Y así es preciso recordar otra vez a fray Luis de León cuando advertía que, si tal ocurría, se vulneraba el justo y buen gobierno de los pueblos, como lo hizo en su curso dictado en la Universidad de Salamanca sobre las leyes (De Legibus), al proclamar:

Aliis legibus, quae ex aequo ad omnes pertinent, principes et legumlatores, quamvis summi, obligantur in concientia.

O lo que es lo mismo:

Los príncipes y legisladores, aunque soberanos, están obligados en conciencia por las leyes, que atañen a todos por igual[27].

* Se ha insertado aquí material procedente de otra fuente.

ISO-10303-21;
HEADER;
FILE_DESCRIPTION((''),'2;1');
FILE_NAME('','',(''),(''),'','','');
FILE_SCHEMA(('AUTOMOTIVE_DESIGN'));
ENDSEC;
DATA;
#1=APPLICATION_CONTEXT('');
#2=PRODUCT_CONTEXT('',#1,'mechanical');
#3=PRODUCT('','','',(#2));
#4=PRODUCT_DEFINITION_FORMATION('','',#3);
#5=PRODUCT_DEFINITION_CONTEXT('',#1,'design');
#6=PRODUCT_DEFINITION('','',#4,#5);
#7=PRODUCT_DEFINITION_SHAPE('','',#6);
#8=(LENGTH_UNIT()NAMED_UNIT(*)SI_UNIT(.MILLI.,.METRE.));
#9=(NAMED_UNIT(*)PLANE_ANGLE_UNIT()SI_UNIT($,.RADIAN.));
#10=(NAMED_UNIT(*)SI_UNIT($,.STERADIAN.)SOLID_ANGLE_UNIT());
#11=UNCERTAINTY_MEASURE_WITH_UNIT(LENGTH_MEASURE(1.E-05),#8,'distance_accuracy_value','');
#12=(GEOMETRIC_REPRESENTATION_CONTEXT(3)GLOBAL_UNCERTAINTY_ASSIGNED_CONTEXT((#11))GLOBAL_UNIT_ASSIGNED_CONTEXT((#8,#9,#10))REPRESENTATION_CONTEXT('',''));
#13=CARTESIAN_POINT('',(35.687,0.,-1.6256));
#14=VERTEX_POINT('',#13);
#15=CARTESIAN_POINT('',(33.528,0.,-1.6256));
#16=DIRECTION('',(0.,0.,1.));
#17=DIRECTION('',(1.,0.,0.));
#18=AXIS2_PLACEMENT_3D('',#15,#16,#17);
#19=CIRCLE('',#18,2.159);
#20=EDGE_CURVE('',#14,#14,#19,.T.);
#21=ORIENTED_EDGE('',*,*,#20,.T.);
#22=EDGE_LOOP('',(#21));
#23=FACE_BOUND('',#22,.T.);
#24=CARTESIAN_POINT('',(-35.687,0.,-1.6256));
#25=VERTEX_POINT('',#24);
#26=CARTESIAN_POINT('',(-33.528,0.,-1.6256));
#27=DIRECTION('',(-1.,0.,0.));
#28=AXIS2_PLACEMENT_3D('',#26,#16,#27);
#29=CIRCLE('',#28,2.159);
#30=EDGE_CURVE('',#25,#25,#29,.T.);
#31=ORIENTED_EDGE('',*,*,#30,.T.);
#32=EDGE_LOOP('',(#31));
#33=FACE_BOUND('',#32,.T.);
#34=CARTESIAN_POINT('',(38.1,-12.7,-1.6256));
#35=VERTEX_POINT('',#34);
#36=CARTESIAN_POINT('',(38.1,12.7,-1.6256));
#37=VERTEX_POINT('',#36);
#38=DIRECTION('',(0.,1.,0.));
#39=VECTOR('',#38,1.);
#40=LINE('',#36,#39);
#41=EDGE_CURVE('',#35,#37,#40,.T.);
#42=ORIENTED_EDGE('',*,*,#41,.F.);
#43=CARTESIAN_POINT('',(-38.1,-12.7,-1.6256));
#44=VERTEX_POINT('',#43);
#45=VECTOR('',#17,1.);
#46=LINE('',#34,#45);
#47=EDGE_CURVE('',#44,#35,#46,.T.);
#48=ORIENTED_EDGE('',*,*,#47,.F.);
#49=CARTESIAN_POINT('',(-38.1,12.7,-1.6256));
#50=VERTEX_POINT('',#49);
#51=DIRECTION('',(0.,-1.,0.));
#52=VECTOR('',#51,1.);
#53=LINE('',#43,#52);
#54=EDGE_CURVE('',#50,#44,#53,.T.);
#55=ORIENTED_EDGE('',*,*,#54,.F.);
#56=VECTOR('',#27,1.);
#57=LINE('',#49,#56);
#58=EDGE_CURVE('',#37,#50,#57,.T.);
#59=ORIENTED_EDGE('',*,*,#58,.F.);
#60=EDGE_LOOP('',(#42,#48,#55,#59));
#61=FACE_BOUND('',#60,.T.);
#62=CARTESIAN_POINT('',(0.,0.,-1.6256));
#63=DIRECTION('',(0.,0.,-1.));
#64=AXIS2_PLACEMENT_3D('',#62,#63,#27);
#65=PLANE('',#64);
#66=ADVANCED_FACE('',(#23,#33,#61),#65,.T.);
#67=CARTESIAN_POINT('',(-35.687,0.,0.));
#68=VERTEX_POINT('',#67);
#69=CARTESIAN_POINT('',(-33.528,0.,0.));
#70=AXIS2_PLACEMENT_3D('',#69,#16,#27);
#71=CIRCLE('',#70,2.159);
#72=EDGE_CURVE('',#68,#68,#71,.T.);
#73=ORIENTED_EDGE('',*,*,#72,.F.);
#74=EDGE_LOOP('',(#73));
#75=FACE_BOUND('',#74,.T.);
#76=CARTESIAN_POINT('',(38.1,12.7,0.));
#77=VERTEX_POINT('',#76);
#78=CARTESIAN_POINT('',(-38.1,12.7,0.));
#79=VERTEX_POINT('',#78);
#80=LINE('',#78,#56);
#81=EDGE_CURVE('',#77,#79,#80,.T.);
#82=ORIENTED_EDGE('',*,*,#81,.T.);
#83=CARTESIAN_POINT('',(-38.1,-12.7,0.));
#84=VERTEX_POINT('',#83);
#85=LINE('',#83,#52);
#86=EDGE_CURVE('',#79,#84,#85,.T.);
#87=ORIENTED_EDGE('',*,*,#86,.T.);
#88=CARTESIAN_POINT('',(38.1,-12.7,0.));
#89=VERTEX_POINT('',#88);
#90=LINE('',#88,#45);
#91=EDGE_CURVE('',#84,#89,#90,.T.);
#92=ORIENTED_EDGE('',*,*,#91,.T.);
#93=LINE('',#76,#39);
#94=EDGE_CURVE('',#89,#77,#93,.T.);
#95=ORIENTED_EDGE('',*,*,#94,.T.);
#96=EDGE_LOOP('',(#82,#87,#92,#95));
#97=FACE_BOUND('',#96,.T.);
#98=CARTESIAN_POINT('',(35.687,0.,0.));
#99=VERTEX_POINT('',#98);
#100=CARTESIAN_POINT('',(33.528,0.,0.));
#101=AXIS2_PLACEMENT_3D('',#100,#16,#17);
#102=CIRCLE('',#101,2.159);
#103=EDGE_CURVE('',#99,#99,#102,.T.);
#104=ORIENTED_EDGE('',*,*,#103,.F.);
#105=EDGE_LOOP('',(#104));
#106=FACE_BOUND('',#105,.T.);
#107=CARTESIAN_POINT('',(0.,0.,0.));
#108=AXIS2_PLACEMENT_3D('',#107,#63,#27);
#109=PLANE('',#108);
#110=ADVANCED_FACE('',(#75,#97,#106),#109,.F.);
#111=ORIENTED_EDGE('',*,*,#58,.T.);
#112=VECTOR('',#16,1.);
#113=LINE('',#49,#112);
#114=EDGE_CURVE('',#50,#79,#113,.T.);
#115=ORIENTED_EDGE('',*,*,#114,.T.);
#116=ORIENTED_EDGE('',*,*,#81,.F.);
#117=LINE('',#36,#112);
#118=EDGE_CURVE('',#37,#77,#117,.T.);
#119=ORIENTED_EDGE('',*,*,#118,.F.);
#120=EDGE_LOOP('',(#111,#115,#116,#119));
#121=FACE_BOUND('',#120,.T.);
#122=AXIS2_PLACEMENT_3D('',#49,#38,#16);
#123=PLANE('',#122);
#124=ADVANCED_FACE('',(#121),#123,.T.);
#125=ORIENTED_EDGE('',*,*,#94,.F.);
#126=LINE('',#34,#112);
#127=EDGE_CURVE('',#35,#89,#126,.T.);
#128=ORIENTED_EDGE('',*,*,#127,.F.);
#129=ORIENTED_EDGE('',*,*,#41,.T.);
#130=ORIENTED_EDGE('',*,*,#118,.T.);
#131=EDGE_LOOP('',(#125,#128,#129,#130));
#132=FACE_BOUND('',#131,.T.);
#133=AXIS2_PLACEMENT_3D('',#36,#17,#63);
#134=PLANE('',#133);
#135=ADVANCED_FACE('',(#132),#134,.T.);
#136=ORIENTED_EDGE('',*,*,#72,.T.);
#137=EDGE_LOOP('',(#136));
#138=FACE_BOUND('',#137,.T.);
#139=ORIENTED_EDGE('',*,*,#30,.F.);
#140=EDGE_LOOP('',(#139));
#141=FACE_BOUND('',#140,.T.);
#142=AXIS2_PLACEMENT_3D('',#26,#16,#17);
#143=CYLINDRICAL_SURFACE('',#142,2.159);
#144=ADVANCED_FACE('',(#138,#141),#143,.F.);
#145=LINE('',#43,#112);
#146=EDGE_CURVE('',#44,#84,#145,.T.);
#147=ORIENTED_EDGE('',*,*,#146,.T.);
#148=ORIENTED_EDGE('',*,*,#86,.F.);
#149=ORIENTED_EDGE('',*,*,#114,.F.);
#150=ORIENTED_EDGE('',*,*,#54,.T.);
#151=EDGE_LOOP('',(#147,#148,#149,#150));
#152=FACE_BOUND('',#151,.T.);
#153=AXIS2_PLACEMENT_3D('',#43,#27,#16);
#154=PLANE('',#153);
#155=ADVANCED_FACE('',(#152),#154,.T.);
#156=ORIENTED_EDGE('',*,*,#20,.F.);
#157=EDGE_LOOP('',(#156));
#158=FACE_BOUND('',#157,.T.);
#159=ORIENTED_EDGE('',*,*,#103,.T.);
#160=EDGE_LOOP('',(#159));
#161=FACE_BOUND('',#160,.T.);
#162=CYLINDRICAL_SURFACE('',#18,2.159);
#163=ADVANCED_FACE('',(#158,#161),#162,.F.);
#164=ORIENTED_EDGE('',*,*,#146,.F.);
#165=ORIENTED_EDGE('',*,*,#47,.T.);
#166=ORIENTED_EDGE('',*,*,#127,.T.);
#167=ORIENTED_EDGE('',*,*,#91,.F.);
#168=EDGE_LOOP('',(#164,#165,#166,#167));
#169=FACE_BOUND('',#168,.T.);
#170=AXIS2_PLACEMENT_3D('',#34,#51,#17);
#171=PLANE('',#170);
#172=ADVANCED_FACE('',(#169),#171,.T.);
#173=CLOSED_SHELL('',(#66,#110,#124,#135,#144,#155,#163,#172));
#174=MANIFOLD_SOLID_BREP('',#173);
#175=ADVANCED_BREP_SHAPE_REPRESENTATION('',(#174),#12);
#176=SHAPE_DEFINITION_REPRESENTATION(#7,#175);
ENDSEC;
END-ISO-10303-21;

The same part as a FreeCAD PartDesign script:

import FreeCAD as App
import Part
import Sketcher

V = App.Vector
Q = App.Units.Quantity

doc = App.newDocument("Part")
body = doc.addObject("PartDesign::Body", "Body")

# Sketch on XY plane
sketch1 = body.newObject("Sketcher::SketchObject", "Sketch")
sketch1.AttachmentSupport = (doc.getObject("XY_Plane"), [""])
sketch1.MapMode = "FlatFace"
sketch1.addGeometry([
    Part.LineSegment(V(-38, 13, 0), V(-38, -13, 0)),
    Part.LineSegment(V(-38, -13, 0), V(38, -13, 0)),
    Part.LineSegment(V(38, -13, 0), V(38, 13, 0)),
    Part.LineSegment(V(38, 13, 0), V(-38, 13, 0)),
], False)
sketch1.addConstraint([
    Sketcher.Constraint("Coincident", 0, 2, 1, 1),
    Sketcher.Constraint("Coincident", 1, 2, 2, 1),
    Sketcher.Constraint("Coincident", 2, 2, 3, 1),
    Sketcher.Constraint("Coincident", 3, 2, 0, 1),
    Sketcher.Constraint("Vertical", 0),
    Sketcher.Constraint("Horizontal", 1),
    Sketcher.Constraint("Vertical", 2),
    Sketcher.Constraint("Horizontal", 3),
    Sketcher.Constraint("Symmetric", 0, 2, 2, 2, -1, 1),
    Sketcher.Constraint("DistanceX", 1, 1, 1, 2, Q("3 in")),
    Sketcher.Constraint("DistanceY", 0, 2, 0, 1, Q("1 in")),
])
pad1 = body.newObject("PartDesign::Pad", "Pad")
pad1.Profile = sketch1
pad1.Length = Q("0.064 in")
pad1.Reversed = True

# Sketch on XY plane
sketch2 = body.newObject("Sketcher::SketchObject", "Sketch001")
sketch2.AttachmentSupport = (doc.getObject("XY_Plane"), [""])
sketch2.MapMode = "FlatFace"
sketch2.addGeometry([
    Part.Circle(V(33.5, 0, 0), V(0, 0, 1), 2.2),
    Part.Circle(V(-33.5, 0, 0), V(0, 0, 1), 2.2),
], False)
sketch2.addConstraint([
    Sketcher.Constraint("Equal", 0, 1),
    Sketcher.Constraint("Symmetric", 0, 3, 1, 3, -1, 1),
    Sketcher.Constraint("PointOnObject", 0, 3, -1),
    Sketcher.Constraint("Diameter", 0, Q("0.17 in")),
    Sketcher.Constraint("DistanceX", -1, 1, 0, 3, Q("1.32 in")),
])
pocket1 = body.newObject("PartDesign::Pocket", "Pocket")
pocket1.Profile = sketch2
pocket1.Type = "ThroughAll"

doc.recompute()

Que otra cosa era tiranía.

Y tal denuncia bien pudo costarle al poeta y profesor del viejo Estudio salmantino el acoso inquisitorial. Su curso De Legibus lo daría en 1571, acaso como un eco de la reclusión y muerte en prisión del príncipe don Carlos, sin que se le conociera ninguna vía de proceso. Y al año siguiente, la Inquisición echaría mano a fray Luis de León.

Algo para meditar.

Por lo tanto, estamos ante una Monarquía autoritaria, con clara tendencia al absolutismo. Una Monarquía confesional —la Monarquía católica—, en unos tiempos de duros enfrentamientos religiosos. Una Monarquía supranacional, en franca expansión.

Era la España imperial.

Todo ello unido daría un particular significado a su trayectoria histórica. Aquella Monarquía católica en su momento cenital aunaría lo religioso y lo político hasta un grado extremo. Y para su buen funcionamiento se articularía en un sistema de Consejos —el sistema polisinodial—, ya iniciado por los Reyes Católicos, cuando en 1480 reorganizaron el Consejo Real, del que pronto se desgajarían otra serie de ellos.

Serían los instrumentos del nuevo Estado, cuya importancia es tanta que preciso es detallarlos en capítulo aparte.